Description of the task
The lines to repeat are those below from the one containing "f 202 466 460" down to the one containing "f 147 445 444", both included; reproduce them exactly and nothing else.

Saved data entries:
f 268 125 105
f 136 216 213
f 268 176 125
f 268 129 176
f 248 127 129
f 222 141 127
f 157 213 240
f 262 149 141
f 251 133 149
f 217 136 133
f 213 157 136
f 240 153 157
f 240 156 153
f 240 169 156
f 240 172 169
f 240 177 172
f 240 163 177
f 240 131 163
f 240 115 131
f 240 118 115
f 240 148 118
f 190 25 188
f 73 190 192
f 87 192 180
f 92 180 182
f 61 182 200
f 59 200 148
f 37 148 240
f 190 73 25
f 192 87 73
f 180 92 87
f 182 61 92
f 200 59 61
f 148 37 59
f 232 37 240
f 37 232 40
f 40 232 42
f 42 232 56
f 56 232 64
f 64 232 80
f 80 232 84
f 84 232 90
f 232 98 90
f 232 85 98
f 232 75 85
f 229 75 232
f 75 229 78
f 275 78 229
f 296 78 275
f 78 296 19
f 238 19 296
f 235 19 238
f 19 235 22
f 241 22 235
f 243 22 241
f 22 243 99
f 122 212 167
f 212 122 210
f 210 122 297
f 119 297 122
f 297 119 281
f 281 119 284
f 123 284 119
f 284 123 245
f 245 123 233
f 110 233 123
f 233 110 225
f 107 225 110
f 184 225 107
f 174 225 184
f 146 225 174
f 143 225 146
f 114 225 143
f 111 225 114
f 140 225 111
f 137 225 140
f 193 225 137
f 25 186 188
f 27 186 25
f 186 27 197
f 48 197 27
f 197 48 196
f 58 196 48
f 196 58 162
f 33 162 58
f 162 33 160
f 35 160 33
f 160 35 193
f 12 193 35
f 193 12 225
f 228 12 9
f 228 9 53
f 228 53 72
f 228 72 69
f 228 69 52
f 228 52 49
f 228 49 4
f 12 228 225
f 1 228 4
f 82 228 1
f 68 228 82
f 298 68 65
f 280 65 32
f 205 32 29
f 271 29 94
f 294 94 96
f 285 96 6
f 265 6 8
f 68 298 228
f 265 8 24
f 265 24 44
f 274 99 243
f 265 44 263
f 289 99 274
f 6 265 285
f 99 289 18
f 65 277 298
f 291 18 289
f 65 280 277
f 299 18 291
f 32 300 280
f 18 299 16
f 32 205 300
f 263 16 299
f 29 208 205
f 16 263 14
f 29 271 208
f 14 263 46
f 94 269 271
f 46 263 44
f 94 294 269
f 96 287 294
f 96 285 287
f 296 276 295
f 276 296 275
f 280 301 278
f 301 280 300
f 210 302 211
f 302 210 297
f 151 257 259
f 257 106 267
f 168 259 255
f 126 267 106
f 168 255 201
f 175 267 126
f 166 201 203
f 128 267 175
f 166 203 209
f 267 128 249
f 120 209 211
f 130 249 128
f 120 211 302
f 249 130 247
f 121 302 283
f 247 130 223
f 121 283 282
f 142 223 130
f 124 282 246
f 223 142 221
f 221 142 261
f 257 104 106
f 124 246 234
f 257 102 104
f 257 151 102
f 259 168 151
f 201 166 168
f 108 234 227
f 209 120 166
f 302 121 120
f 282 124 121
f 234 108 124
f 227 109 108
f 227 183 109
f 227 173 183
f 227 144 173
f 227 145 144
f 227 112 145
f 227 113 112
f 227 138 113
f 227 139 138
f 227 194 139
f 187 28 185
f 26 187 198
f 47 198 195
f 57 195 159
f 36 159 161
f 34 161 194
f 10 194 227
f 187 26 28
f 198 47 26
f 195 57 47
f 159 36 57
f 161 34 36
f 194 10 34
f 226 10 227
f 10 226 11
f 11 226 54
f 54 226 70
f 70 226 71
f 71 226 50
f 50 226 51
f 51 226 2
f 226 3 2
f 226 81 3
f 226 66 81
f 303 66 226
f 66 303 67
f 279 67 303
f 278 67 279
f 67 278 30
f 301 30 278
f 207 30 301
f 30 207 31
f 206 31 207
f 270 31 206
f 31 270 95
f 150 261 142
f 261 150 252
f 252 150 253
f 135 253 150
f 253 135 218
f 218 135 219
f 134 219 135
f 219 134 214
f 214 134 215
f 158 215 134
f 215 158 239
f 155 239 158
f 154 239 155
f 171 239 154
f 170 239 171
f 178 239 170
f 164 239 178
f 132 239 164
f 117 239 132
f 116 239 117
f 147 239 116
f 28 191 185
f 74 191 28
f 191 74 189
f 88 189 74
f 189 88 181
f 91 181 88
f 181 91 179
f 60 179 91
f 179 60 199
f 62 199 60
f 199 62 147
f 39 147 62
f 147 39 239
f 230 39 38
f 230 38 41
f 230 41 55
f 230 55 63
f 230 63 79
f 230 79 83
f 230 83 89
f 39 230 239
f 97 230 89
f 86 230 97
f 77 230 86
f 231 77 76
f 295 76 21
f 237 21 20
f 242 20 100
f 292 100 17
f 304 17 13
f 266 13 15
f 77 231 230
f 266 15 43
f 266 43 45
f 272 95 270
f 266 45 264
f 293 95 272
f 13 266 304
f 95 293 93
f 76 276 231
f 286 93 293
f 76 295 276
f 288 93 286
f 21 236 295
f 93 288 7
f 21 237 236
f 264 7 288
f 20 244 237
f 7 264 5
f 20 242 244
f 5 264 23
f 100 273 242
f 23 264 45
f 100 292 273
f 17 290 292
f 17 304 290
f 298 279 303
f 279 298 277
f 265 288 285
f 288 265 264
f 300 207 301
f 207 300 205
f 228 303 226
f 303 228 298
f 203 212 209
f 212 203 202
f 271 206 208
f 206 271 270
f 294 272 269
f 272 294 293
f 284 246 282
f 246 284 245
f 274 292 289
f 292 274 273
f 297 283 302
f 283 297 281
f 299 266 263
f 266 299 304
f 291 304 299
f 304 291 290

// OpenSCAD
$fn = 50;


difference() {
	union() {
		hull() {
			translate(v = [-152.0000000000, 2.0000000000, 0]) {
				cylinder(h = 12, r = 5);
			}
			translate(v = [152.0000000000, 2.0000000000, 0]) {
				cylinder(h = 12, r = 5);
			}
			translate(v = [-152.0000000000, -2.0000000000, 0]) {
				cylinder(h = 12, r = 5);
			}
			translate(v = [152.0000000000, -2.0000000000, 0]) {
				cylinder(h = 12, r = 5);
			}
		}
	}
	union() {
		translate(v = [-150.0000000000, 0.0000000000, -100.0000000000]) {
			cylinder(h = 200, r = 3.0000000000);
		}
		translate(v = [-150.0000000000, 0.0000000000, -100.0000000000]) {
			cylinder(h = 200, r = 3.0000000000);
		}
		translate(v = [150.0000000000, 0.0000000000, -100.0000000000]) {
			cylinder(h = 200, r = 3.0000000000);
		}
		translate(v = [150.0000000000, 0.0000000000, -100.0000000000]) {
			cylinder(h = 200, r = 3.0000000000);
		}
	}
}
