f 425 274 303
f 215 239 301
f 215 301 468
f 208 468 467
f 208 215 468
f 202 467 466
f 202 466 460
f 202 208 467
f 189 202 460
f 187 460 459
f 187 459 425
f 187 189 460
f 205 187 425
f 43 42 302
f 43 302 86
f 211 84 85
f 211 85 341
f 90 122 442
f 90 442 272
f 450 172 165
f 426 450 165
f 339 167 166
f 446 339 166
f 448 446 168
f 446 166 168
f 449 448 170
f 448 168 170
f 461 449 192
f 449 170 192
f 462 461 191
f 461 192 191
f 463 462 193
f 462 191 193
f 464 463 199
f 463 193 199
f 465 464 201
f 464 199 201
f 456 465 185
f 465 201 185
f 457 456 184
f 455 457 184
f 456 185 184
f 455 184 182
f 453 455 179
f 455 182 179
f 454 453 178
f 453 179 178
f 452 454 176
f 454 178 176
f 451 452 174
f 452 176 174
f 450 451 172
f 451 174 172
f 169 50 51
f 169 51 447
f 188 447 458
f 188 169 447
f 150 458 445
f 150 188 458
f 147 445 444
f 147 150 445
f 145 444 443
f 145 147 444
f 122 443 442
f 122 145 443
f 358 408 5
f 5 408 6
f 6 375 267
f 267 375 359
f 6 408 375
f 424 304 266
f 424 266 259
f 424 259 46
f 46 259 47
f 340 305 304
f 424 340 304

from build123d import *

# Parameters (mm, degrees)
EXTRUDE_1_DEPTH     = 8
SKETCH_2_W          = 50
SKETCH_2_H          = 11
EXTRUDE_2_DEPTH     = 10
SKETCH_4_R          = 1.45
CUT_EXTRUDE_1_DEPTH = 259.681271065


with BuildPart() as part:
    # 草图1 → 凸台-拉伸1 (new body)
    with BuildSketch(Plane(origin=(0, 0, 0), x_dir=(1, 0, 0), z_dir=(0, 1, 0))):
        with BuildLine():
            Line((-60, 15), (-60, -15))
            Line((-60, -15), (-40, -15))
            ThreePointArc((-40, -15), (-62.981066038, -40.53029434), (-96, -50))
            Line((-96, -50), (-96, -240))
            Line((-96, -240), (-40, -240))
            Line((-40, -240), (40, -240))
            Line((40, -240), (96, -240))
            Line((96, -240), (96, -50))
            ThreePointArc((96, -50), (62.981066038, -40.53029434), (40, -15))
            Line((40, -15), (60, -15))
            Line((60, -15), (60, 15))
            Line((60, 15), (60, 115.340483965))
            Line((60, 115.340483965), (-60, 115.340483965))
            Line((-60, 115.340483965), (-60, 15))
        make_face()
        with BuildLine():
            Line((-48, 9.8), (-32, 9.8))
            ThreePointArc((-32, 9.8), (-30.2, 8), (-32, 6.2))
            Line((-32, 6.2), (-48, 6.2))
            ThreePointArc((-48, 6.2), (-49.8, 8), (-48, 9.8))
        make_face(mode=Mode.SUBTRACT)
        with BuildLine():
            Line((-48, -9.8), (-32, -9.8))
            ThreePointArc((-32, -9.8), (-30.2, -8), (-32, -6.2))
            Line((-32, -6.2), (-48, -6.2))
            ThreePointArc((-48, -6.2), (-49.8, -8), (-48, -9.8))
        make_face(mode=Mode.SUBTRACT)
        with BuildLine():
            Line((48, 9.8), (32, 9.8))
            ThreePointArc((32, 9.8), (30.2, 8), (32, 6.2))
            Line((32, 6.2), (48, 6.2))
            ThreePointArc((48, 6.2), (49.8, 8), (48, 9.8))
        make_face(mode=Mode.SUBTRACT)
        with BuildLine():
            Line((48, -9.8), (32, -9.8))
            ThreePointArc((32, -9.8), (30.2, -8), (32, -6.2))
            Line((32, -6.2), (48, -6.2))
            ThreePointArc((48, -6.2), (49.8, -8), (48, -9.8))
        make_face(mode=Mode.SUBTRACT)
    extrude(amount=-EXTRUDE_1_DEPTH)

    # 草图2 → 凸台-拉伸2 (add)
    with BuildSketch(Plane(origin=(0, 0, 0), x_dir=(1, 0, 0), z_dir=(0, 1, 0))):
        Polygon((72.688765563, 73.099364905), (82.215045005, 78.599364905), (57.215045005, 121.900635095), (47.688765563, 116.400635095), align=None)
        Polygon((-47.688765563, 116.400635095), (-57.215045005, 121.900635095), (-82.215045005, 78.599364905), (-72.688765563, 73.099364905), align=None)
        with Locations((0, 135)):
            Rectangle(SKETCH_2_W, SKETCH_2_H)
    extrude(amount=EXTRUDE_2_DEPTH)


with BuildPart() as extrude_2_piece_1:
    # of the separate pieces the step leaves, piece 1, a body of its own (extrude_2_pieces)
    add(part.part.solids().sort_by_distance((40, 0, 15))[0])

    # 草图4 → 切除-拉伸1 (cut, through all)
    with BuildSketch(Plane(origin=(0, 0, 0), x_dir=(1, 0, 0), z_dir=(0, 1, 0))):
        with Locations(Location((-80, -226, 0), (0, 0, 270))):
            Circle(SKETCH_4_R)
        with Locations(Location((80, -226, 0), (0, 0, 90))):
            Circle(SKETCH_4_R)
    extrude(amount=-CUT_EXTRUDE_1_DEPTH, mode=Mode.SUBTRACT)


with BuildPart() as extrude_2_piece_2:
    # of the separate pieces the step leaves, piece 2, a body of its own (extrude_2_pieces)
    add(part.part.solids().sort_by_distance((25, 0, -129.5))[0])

Result of the task
f 202 466 460
f 202 208 467
f 189 202 460
f 187 460 459
f 187 459 425
f 187 189 460
f 205 187 425
f 43 42 302
f 43 302 86
f 211 84 85
f 211 85 341
f 90 122 442
f 90 442 272
f 450 172 165
f 426 450 165
f 339 167 166
f 446 339 166
f 448 446 168
f 446 166 168
f 449 448 170
f 448 168 170
f 461 449 192
f 449 170 192
f 462 461 191
f 461 192 191
f 463 462 193
f 462 191 193
f 464 463 199
f 463 193 199
f 465 464 201
f 464 199 201
f 456 465 185
f 465 201 185
f 457 456 184
f 455 457 184
f 456 185 184
f 455 184 182
f 453 455 179
f 455 182 179
f 454 453 178
f 453 179 178
f 452 454 176
f 454 178 176
f 451 452 174
f 452 176 174
f 450 451 172
f 451 174 172
f 169 50 51
f 169 51 447
f 188 447 458
f 188 169 447
f 150 458 445
f 150 188 458
f 147 445 444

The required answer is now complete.